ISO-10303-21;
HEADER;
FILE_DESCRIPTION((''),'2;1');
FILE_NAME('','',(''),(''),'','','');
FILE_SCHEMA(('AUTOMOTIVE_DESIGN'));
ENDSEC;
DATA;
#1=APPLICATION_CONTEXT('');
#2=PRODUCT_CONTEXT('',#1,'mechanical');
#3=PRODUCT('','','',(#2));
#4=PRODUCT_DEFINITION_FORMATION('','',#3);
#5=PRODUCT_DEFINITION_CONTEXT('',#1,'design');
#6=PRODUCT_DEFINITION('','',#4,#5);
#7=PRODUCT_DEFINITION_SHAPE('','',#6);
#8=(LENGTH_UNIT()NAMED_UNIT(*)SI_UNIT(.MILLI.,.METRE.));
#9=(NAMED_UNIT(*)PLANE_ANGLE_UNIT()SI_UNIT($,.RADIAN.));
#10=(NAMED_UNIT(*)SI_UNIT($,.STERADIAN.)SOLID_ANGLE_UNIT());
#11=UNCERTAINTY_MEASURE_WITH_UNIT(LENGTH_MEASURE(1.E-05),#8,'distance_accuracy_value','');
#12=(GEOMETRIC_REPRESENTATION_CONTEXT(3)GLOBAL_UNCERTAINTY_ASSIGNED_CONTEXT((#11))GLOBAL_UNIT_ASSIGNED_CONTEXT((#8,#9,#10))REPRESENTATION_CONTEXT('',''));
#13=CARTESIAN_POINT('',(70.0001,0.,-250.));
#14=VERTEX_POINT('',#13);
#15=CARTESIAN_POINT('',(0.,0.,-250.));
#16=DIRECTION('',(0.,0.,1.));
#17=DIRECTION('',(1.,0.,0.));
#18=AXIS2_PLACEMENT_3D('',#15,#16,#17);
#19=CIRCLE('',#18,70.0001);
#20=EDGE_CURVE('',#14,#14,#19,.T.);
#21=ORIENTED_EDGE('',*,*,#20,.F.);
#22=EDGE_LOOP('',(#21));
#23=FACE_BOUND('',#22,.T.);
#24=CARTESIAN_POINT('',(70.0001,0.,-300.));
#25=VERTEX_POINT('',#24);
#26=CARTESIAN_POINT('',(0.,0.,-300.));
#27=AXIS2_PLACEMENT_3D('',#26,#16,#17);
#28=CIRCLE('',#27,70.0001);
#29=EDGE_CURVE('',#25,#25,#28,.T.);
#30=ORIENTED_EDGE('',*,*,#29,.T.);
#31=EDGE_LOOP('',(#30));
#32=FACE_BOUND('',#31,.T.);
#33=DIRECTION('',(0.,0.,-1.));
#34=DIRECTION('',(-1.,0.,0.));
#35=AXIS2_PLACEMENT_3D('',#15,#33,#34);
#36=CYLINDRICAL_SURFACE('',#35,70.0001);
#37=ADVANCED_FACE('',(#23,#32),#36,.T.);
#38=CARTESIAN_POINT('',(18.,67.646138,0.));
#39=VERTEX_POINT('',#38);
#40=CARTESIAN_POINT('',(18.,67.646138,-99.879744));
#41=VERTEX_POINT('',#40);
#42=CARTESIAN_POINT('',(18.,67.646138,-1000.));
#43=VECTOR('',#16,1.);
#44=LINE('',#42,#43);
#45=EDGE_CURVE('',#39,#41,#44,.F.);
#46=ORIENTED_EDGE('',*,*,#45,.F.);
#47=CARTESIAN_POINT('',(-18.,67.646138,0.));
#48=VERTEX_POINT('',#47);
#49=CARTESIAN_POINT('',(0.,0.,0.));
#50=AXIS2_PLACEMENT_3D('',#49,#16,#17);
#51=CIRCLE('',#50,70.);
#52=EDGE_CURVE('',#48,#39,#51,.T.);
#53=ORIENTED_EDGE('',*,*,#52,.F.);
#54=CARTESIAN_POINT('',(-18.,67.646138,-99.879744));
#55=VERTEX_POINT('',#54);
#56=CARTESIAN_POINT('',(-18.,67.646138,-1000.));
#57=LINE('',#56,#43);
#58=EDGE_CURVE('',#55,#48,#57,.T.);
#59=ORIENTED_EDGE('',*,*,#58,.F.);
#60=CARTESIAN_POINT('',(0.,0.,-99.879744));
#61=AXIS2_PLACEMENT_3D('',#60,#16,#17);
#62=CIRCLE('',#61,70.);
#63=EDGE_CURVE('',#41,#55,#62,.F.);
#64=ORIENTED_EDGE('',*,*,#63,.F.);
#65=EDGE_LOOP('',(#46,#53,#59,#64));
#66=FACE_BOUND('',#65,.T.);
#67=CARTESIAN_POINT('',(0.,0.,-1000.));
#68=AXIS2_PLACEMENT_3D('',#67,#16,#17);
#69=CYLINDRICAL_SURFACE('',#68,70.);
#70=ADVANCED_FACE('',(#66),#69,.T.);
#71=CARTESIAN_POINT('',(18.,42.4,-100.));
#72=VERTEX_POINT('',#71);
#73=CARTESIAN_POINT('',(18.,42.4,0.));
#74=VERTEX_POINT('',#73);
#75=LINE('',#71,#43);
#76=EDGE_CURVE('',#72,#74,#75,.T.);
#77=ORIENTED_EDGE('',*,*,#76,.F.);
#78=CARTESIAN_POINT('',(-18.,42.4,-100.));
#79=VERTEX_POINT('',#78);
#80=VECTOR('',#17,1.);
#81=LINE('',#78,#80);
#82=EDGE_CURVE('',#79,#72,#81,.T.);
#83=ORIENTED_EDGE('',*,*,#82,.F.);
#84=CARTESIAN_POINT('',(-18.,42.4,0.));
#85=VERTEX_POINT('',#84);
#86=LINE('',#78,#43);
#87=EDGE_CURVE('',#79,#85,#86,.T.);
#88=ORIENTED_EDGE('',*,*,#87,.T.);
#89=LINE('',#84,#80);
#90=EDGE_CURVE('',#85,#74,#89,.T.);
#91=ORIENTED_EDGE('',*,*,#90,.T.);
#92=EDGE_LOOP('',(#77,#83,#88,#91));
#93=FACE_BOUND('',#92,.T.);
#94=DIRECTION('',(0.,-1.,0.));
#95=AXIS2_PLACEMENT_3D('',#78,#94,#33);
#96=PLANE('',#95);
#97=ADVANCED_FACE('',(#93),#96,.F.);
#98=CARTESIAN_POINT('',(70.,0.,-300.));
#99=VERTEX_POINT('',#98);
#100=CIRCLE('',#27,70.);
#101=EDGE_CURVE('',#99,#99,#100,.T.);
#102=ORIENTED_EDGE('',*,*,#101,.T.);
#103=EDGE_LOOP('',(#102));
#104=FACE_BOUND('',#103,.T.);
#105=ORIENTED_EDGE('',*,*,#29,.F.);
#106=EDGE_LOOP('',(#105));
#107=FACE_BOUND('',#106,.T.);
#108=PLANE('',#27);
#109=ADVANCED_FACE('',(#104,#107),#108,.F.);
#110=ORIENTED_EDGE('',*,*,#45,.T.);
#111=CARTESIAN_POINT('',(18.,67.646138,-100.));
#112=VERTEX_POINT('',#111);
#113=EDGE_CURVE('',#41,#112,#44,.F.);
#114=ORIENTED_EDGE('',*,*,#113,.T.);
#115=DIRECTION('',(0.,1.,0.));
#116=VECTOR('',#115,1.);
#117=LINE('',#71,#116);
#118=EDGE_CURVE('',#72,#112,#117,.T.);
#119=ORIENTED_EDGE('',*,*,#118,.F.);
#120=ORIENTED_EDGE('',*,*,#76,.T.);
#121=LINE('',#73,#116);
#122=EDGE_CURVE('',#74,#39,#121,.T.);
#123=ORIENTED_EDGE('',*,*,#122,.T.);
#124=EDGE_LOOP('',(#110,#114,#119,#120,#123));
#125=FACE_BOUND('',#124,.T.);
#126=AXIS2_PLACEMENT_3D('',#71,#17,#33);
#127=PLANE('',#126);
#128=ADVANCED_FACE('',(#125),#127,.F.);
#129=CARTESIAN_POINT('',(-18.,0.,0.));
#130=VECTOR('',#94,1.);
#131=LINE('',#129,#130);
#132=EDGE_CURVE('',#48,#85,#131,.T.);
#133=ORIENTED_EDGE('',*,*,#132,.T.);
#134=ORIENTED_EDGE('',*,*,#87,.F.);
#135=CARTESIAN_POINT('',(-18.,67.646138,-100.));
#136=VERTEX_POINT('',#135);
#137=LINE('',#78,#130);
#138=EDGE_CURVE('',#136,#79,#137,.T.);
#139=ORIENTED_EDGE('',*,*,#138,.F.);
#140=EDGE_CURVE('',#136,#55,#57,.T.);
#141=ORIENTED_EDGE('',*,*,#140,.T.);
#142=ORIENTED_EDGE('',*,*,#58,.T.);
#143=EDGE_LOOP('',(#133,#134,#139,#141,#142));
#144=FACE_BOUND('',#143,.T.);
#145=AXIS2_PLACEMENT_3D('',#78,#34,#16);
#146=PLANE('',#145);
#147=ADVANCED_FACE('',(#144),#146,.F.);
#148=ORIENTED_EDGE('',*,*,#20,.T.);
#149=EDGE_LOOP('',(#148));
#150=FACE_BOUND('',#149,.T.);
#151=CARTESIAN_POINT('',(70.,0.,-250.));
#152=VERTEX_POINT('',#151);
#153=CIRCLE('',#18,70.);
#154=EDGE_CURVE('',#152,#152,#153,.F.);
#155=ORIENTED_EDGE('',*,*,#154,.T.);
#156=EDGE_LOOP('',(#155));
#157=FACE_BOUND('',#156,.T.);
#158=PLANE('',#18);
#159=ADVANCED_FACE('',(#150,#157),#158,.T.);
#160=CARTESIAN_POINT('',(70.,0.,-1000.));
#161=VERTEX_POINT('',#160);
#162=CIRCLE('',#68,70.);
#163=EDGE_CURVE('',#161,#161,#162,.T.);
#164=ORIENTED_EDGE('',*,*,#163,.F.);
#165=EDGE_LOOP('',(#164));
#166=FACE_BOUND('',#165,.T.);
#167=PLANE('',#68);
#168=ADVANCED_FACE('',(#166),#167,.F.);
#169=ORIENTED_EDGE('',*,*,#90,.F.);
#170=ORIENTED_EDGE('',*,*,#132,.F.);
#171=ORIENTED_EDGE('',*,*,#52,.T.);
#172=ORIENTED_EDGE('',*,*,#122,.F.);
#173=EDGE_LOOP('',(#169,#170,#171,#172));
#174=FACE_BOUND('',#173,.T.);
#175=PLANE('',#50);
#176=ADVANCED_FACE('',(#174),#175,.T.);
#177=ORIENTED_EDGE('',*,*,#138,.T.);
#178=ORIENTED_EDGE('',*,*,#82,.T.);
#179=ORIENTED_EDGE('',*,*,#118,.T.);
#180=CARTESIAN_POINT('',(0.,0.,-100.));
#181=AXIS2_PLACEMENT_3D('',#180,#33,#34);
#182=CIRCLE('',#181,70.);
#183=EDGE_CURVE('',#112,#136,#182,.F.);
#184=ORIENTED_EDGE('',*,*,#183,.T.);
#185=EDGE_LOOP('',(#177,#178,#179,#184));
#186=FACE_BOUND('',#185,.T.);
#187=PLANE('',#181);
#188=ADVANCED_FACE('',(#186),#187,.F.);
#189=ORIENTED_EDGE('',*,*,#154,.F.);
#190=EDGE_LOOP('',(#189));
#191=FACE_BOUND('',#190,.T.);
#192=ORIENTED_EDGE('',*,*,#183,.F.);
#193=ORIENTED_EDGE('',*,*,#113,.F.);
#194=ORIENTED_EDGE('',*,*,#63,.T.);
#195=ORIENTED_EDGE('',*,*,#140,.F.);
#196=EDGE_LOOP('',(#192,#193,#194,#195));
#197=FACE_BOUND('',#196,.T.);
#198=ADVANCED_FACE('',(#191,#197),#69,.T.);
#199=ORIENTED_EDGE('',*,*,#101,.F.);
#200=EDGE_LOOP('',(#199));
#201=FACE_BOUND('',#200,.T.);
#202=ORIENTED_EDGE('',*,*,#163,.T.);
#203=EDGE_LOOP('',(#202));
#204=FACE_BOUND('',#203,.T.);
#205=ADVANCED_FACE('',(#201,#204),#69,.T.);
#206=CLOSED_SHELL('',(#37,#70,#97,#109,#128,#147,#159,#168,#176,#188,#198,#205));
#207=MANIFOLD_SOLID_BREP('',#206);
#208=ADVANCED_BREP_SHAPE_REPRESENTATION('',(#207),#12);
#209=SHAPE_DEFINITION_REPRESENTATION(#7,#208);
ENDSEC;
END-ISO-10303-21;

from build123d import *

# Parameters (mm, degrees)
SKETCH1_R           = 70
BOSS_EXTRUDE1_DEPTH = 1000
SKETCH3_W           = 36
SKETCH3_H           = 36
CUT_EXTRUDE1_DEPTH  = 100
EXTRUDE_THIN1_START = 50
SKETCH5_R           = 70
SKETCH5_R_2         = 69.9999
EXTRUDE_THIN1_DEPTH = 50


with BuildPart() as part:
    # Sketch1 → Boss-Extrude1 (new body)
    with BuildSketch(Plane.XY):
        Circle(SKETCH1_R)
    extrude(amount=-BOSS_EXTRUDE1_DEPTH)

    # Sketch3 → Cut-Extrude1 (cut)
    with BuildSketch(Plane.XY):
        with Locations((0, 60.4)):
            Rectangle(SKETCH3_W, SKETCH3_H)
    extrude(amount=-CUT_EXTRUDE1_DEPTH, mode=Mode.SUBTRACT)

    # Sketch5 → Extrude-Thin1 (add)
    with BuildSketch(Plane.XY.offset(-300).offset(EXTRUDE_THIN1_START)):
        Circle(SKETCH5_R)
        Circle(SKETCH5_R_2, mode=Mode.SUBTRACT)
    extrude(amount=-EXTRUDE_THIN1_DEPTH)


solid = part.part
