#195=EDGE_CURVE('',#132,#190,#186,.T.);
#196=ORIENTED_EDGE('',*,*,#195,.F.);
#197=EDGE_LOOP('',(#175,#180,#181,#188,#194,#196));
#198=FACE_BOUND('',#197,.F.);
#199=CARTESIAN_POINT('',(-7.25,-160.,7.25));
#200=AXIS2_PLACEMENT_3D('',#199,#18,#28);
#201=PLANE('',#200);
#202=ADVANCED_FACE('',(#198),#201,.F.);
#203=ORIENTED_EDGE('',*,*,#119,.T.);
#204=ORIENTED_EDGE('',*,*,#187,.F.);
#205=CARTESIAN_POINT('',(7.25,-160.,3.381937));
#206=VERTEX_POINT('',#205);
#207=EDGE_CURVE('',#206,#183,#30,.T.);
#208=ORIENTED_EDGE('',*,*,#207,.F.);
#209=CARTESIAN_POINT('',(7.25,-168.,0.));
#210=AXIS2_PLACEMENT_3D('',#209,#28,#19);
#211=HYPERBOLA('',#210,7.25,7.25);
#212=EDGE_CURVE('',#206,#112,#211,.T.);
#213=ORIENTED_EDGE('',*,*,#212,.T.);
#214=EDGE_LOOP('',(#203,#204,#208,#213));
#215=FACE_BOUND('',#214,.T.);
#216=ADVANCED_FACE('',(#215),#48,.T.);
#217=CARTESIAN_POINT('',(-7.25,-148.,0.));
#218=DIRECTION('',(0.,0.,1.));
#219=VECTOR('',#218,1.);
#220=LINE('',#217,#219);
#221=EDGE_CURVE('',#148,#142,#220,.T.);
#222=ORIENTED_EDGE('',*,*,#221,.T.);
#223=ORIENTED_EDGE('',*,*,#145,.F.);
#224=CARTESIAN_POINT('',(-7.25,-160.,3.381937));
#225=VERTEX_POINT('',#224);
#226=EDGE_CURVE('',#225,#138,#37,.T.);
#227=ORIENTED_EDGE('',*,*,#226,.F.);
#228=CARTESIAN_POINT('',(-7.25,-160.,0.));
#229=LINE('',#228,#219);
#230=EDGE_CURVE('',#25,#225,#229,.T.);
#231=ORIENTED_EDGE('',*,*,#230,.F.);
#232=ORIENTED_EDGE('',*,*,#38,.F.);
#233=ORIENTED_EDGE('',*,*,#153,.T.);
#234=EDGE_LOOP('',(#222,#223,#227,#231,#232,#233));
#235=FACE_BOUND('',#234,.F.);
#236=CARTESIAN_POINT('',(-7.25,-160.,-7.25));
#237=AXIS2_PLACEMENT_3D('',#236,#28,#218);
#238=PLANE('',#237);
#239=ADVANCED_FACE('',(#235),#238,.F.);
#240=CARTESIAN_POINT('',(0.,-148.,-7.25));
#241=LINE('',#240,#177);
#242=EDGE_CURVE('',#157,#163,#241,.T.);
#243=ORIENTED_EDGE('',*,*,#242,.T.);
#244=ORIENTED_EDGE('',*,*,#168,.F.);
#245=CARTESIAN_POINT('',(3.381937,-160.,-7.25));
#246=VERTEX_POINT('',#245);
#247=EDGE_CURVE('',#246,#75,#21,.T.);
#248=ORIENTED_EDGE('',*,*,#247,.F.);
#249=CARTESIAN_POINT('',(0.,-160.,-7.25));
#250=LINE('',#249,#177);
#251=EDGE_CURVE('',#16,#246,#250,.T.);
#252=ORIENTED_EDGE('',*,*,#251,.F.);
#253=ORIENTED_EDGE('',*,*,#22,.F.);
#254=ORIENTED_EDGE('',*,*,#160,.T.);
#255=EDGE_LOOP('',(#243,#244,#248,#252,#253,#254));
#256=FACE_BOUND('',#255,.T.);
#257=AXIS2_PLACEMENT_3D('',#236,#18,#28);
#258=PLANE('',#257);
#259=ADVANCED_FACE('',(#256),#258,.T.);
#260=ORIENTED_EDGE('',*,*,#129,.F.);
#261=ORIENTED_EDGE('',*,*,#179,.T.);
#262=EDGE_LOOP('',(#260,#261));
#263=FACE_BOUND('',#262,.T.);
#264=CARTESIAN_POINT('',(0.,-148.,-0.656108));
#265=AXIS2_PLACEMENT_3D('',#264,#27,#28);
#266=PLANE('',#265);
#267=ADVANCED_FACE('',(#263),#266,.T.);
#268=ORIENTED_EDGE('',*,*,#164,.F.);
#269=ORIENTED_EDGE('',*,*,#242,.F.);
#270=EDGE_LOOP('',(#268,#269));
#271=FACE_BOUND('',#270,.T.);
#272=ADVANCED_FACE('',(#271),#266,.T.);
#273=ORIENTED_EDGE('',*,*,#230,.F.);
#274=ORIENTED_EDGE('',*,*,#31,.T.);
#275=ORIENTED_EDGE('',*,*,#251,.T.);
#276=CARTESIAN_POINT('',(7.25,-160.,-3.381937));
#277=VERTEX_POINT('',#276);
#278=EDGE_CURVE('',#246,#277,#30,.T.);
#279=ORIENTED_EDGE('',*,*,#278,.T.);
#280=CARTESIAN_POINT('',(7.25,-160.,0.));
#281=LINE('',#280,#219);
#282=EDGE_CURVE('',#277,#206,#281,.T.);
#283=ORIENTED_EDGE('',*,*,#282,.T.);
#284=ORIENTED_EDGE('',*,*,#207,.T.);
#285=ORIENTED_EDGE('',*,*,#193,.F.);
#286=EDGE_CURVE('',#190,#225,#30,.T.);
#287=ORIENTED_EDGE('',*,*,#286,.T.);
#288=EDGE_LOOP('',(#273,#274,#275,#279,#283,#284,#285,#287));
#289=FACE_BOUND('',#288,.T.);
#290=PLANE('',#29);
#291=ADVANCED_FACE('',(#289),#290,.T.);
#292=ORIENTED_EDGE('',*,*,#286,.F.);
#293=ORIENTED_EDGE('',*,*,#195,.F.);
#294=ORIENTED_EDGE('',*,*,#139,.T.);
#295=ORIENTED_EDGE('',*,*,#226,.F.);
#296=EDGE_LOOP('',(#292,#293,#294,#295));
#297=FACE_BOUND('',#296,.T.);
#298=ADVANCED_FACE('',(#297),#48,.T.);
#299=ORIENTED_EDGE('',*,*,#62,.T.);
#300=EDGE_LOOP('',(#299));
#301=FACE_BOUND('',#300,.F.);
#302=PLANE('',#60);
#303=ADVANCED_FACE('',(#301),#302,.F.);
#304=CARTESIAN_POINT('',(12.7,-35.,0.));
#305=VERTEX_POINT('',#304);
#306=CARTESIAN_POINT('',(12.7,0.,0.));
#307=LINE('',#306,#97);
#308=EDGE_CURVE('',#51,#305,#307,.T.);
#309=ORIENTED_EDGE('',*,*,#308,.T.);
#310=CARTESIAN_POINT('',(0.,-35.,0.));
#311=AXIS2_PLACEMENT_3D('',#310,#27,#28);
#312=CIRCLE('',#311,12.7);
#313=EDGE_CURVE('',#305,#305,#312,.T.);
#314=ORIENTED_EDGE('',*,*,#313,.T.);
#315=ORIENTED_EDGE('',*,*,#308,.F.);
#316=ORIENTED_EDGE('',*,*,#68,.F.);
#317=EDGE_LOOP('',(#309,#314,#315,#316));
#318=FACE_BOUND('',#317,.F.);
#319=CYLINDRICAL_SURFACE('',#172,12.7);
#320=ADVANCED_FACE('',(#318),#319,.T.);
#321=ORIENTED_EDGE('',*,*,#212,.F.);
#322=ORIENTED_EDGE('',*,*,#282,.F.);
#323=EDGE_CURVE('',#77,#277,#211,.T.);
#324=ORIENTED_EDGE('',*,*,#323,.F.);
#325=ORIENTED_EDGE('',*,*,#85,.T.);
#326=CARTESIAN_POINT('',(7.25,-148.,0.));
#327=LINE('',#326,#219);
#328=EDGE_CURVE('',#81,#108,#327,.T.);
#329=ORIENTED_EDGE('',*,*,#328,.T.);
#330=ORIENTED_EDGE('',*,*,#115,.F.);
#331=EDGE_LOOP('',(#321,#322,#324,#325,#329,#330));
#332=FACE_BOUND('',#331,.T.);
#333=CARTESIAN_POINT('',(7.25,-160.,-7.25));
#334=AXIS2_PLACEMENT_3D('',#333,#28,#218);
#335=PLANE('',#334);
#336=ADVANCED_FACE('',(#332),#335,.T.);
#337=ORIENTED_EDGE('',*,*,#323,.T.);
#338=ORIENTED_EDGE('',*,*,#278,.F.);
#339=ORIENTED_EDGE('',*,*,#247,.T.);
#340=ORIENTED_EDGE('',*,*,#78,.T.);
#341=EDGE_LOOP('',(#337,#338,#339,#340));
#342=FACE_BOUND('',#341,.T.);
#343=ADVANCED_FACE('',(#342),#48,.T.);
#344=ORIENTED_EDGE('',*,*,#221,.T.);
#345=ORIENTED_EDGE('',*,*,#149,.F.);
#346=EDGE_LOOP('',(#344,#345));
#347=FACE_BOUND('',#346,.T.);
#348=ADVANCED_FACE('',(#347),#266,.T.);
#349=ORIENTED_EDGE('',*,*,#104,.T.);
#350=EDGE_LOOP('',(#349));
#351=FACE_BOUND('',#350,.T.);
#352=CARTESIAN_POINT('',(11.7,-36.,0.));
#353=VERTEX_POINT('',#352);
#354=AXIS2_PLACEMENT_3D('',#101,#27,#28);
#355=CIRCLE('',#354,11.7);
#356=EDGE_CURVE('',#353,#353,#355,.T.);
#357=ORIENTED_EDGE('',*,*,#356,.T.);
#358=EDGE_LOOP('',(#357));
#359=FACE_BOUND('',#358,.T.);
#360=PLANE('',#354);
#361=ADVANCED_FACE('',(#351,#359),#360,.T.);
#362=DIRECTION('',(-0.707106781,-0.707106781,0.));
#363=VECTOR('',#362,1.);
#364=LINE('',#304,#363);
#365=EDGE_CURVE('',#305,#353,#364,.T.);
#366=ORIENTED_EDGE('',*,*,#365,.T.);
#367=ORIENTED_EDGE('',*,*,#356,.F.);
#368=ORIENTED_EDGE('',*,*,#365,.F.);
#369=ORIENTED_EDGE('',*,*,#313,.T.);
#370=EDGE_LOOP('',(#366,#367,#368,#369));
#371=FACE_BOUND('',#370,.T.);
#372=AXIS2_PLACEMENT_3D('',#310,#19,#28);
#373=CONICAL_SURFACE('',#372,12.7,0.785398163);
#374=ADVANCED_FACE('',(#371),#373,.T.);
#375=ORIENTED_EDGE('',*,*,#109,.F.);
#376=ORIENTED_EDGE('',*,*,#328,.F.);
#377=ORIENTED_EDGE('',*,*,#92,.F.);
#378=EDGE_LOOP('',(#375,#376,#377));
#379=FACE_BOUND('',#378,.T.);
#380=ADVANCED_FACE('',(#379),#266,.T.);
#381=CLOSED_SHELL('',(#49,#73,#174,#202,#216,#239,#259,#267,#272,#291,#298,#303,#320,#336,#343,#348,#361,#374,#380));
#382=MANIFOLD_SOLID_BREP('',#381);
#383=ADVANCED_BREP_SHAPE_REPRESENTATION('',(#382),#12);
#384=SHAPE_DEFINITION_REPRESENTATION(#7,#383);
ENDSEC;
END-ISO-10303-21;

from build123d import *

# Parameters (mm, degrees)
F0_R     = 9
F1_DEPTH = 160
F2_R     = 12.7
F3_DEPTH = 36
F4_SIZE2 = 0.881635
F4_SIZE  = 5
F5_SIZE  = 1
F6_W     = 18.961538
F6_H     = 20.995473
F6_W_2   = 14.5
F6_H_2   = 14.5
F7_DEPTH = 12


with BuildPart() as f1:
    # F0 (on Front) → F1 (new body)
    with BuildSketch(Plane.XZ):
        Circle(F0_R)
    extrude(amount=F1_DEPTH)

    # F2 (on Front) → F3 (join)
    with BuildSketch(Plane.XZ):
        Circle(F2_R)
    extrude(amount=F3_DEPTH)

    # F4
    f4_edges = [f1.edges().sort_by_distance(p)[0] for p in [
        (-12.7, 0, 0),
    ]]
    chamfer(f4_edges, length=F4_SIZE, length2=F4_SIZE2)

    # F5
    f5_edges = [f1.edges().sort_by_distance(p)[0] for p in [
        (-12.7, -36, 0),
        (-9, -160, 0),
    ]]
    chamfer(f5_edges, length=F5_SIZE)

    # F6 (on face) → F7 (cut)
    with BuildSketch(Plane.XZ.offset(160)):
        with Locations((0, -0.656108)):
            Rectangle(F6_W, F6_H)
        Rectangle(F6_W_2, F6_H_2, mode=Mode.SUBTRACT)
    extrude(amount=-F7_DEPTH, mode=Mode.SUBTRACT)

About this task:
The required answer is the exact run of lines above starting at the line with "#42=CARTESIAN_POINT('',(18.,67.646138,-1000.));" and ending at the line with "#58=EDGE_CURVE('',#55,#48,#57,.T.);", with both ends present.

Answer section:
#42=CARTESIAN_POINT('',(18.,67.646138,-1000.));
#43=VECTOR('',#16,1.);
#44=LINE('',#42,#43);
#45=EDGE_CURVE('',#39,#41,#44,.F.);
#46=ORIENTED_EDGE('',*,*,#45,.F.);
#47=CARTESIAN_POINT('',(-18.,67.646138,0.));
#48=VERTEX_POINT('',#47);
#49=CARTESIAN_POINT('',(0.,0.,0.));
#50=AXIS2_PLACEMENT_3D('',#49,#16,#17);
#51=CIRCLE('',#50,70.);
#52=EDGE_CURVE('',#48,#39,#51,.T.);
#53=ORIENTED_EDGE('',*,*,#52,.F.);
#54=CARTESIAN_POINT('',(-18.,67.646138,-99.879744));
#55=VERTEX_POINT('',#54);
#56=CARTESIAN_POINT('',(-18.,67.646138,-1000.));
#57=LINE('',#56,#43);
#58=EDGE_CURVE('',#55,#48,#57,.T.);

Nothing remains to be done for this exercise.